*** Block opens ***

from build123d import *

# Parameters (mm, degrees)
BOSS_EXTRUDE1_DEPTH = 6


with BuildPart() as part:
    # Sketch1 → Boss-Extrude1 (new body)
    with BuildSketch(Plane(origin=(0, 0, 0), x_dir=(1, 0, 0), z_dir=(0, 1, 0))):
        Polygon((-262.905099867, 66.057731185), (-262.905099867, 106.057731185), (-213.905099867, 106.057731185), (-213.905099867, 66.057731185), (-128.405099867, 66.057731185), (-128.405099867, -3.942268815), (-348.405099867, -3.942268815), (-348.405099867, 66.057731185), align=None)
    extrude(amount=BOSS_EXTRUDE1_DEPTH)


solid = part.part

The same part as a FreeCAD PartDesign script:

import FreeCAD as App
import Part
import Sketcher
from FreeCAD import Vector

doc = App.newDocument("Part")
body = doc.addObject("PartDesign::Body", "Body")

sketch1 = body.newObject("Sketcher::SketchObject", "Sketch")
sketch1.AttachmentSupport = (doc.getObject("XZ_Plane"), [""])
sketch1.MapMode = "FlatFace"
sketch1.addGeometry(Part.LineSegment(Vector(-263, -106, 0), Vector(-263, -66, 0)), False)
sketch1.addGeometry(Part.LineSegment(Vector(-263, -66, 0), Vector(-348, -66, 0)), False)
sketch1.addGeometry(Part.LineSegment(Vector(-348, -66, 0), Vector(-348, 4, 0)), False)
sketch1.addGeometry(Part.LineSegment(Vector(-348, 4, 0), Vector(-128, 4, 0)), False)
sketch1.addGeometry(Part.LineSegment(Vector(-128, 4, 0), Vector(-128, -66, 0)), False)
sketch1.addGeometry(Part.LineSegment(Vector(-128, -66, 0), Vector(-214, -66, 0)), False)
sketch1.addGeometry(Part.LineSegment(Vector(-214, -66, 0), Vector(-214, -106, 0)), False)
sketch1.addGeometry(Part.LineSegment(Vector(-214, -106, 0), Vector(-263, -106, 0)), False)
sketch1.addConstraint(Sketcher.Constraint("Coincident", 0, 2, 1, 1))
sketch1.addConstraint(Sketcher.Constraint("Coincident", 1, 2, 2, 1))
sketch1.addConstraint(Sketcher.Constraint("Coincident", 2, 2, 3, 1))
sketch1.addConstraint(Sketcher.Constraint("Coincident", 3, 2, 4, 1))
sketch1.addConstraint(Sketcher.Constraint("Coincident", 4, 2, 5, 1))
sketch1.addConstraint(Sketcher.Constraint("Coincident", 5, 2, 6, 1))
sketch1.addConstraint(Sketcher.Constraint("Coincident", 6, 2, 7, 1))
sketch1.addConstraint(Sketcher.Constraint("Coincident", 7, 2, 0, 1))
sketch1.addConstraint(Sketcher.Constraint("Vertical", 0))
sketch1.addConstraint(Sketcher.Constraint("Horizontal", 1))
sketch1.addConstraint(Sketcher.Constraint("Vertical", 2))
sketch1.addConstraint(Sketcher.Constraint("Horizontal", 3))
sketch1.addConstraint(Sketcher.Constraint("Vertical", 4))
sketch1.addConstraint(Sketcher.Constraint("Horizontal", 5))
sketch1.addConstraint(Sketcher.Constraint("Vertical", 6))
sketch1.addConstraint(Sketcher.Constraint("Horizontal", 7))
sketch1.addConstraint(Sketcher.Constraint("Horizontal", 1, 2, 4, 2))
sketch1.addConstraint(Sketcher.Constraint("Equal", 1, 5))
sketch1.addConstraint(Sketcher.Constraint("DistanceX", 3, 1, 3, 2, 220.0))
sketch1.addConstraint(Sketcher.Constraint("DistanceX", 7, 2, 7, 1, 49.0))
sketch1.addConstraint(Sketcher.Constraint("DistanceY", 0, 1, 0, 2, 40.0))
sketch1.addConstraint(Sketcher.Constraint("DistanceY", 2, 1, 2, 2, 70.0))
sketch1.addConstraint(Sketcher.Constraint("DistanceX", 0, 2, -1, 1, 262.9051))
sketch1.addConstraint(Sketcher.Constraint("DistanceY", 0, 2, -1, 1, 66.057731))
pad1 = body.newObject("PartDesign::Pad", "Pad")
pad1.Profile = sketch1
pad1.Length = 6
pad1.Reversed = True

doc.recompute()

*** Block closes ***
*** Block opens ***

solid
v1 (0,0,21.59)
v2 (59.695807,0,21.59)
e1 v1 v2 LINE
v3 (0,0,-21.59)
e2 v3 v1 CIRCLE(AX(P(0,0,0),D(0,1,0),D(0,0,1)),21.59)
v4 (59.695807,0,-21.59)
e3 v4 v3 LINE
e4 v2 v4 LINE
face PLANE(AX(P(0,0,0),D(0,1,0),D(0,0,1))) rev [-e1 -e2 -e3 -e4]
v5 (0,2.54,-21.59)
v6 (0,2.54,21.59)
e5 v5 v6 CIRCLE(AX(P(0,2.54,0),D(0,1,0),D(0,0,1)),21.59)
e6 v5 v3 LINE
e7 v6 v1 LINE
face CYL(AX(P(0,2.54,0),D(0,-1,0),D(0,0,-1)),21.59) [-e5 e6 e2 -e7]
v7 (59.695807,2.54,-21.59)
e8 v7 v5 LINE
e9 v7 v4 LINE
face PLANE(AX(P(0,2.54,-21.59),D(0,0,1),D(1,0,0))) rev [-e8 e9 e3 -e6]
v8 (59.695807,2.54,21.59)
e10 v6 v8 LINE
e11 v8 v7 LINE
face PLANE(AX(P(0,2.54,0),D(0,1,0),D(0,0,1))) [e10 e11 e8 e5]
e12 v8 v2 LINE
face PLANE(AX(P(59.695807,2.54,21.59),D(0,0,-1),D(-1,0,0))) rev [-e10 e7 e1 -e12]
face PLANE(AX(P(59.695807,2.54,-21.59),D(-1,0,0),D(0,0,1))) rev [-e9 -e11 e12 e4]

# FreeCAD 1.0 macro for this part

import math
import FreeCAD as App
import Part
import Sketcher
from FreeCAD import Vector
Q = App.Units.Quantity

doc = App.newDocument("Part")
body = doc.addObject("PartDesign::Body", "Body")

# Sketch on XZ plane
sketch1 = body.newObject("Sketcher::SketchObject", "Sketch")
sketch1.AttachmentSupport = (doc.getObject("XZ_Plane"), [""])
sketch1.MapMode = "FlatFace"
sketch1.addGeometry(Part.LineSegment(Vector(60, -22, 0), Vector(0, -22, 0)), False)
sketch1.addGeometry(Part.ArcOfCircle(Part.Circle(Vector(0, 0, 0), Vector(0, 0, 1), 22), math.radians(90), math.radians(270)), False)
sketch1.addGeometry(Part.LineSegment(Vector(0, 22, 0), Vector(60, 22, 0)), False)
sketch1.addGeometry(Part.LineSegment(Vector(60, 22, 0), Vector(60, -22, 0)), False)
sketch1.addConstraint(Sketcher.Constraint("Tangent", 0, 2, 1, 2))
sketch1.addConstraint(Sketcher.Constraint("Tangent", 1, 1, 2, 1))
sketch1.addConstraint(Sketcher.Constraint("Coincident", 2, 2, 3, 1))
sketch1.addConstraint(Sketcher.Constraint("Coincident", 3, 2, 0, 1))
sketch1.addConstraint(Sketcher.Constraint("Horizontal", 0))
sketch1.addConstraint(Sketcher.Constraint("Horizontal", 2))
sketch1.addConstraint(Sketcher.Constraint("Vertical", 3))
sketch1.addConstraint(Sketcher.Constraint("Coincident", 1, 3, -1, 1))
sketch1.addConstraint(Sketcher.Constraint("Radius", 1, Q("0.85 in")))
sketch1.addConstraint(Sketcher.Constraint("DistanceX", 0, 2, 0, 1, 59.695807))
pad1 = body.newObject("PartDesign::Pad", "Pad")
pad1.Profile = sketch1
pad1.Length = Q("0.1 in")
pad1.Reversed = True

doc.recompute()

*** Block closes ***
*** Block opens ***

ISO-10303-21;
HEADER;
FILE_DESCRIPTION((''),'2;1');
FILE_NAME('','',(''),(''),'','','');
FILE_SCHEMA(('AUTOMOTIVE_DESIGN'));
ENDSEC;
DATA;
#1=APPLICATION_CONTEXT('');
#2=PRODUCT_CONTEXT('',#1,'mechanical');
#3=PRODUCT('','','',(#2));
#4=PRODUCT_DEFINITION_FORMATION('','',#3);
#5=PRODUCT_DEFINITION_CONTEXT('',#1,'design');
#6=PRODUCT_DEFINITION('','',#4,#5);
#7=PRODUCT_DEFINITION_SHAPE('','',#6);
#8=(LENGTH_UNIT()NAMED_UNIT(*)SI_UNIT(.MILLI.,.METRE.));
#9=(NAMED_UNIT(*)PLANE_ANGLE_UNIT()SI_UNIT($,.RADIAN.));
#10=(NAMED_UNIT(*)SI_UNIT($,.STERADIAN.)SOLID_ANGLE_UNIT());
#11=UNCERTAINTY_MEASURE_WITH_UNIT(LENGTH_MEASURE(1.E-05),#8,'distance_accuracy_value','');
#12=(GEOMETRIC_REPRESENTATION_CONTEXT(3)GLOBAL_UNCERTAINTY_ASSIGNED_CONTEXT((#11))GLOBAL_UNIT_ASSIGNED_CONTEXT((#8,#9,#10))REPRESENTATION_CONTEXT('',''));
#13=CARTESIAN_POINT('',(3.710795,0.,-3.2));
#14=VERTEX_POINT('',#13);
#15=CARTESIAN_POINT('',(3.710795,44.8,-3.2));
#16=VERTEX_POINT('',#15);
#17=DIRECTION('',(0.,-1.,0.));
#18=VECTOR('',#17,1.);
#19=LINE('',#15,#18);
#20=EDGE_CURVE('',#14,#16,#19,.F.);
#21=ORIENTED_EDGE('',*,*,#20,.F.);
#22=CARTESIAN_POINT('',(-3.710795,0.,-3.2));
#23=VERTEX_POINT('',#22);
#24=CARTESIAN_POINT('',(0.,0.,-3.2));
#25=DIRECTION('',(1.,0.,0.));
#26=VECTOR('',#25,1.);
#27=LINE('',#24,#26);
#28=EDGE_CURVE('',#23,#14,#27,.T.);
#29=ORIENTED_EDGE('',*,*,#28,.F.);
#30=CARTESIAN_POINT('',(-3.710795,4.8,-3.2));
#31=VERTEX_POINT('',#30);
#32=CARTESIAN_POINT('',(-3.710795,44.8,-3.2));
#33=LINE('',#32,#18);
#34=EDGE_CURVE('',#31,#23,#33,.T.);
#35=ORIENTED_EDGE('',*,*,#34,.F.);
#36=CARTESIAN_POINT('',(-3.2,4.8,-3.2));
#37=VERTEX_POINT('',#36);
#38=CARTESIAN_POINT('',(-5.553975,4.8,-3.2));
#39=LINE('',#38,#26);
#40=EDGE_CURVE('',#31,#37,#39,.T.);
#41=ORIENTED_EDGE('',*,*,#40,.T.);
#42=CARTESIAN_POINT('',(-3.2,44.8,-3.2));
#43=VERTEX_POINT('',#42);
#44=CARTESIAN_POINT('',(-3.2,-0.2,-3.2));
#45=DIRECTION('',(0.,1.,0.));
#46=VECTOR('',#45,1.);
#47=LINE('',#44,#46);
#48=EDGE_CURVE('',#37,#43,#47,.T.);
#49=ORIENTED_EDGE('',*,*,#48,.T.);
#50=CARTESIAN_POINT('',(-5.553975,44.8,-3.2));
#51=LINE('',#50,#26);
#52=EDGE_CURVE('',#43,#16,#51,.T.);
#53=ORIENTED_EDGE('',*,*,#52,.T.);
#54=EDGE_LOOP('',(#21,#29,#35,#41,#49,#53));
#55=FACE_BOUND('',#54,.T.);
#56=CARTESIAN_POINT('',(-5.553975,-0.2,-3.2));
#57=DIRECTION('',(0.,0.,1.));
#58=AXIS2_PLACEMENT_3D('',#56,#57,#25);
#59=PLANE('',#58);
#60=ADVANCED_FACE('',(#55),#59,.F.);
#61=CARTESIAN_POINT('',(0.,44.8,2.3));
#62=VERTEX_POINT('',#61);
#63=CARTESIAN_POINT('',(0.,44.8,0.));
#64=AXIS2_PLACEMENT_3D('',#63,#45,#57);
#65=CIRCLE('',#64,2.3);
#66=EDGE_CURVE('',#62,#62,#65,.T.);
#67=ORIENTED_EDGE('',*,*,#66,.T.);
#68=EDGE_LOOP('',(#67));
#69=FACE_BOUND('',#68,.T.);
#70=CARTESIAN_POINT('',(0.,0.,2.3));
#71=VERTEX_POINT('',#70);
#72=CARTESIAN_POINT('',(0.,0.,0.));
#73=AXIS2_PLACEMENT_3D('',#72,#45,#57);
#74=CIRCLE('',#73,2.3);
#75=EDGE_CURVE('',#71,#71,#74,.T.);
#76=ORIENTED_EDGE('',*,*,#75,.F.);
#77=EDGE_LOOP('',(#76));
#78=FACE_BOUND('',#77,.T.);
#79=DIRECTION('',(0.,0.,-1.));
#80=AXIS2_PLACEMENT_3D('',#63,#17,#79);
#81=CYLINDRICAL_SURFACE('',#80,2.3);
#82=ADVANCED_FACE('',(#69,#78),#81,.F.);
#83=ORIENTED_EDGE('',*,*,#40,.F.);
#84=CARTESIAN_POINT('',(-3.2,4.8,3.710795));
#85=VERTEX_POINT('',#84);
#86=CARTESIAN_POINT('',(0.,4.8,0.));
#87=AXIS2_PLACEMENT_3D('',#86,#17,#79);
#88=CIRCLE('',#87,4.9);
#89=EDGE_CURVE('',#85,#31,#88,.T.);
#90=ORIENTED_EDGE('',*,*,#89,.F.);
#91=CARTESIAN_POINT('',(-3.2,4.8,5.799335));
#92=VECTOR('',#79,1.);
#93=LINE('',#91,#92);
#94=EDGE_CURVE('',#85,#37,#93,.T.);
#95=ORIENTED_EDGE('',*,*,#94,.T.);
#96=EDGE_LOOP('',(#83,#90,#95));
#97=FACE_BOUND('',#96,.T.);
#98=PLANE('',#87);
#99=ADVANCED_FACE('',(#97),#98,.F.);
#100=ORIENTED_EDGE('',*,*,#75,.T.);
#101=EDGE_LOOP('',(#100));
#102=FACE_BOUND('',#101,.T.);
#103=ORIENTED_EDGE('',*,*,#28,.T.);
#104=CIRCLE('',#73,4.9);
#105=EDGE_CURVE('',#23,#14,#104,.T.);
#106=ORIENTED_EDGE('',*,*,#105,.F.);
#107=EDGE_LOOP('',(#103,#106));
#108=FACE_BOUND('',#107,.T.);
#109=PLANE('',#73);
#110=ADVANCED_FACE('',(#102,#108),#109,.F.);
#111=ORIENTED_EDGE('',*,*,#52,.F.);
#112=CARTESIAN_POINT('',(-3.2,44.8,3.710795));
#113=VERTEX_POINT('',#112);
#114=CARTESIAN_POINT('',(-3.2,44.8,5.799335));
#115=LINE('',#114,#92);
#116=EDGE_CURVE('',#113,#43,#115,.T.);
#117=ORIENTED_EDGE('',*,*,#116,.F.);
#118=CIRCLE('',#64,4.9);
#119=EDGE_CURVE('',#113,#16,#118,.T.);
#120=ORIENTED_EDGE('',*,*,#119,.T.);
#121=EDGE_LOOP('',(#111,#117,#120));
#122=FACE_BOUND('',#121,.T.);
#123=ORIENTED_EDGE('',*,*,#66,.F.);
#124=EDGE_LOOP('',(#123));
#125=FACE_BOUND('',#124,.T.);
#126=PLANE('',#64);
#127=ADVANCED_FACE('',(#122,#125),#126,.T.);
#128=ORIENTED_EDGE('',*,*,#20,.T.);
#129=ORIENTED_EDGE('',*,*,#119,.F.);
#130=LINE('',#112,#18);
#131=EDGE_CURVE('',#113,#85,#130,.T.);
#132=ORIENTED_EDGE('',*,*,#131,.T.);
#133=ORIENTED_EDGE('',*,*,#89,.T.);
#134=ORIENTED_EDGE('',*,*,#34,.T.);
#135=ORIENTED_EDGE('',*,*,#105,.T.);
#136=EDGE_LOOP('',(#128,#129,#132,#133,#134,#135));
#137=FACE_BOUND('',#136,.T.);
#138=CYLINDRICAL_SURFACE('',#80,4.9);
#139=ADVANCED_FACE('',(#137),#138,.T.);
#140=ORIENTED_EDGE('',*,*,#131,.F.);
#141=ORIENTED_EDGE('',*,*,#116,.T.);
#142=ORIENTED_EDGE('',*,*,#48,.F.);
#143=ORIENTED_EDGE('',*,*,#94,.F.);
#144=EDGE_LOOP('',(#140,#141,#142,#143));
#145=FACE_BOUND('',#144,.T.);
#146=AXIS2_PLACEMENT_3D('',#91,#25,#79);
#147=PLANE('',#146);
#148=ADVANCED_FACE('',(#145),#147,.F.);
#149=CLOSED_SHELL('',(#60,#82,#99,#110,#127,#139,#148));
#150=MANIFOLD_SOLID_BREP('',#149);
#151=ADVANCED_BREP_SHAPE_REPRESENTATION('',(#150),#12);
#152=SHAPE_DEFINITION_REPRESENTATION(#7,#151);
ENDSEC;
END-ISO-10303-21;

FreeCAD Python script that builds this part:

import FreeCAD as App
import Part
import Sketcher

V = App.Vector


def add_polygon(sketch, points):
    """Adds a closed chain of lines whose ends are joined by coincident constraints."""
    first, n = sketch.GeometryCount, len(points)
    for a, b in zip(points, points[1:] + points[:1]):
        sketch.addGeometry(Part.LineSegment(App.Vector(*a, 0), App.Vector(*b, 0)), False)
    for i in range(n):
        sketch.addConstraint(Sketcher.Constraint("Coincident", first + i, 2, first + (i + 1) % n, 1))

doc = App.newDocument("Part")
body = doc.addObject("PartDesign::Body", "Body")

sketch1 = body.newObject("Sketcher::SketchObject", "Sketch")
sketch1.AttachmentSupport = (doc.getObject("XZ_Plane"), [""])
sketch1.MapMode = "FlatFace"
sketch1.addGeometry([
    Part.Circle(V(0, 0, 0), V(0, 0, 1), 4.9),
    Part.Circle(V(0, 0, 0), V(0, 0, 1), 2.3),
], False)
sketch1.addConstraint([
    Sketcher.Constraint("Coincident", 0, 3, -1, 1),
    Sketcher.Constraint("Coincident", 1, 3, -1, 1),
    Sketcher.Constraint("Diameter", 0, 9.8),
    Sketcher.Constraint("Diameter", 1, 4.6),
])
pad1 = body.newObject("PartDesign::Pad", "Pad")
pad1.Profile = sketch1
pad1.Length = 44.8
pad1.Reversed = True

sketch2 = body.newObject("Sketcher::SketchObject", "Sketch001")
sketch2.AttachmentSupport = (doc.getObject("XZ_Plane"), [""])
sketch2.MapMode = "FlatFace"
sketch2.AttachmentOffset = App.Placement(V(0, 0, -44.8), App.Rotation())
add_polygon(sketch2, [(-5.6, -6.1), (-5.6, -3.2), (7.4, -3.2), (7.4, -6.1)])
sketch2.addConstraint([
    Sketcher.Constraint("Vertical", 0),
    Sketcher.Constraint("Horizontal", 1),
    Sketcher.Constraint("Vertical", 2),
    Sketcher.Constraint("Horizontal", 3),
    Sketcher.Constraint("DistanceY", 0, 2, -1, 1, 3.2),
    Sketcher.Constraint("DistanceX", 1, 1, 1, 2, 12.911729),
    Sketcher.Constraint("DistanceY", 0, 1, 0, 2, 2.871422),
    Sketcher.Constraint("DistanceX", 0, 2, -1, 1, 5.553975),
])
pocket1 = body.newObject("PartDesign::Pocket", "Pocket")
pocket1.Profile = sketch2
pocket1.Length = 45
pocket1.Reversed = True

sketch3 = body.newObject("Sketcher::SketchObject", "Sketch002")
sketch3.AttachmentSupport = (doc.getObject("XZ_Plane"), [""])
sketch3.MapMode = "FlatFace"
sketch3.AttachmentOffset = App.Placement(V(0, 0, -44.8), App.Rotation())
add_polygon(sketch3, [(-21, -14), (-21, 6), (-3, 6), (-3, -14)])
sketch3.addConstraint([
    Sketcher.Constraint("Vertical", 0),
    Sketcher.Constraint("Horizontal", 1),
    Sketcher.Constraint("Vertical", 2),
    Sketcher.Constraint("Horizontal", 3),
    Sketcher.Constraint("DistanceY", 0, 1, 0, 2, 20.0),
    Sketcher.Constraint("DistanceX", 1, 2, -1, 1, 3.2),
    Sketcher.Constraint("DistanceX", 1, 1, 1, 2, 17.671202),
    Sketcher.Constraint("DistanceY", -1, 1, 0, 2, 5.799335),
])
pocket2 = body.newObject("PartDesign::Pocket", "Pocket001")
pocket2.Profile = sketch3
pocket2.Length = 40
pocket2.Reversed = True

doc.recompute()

*** Block closes ***

What the task asks -
Within the material above, the line with "#145=FACE_BOUND('',#144,.T.);" opens the range and the line with "FreeCAD Python script" closes it; reproduce that range word for word.

Your solution -
#145=FACE_BOUND('',#144,.T.);
#146=AXIS2_PLACEMENT_3D('',#91,#25,#79);
#147=PLANE('',#146);
#148=ADVANCED_FACE('',(#145),#147,.F.);
#149=CLOSED_SHELL('',(#60,#82,#99,#110,#127,#139,#148));
#150=MANIFOLD_SOLID_BREP('',#149);
#151=ADVANCED_BREP_SHAPE_REPRESENTATION('',(#150),#12);
#152=SHAPE_DEFINITION_REPRESENTATION(#7,#151);
ENDSEC;
END-ISO-10303-21;

FreeCAD Python script that builds this part:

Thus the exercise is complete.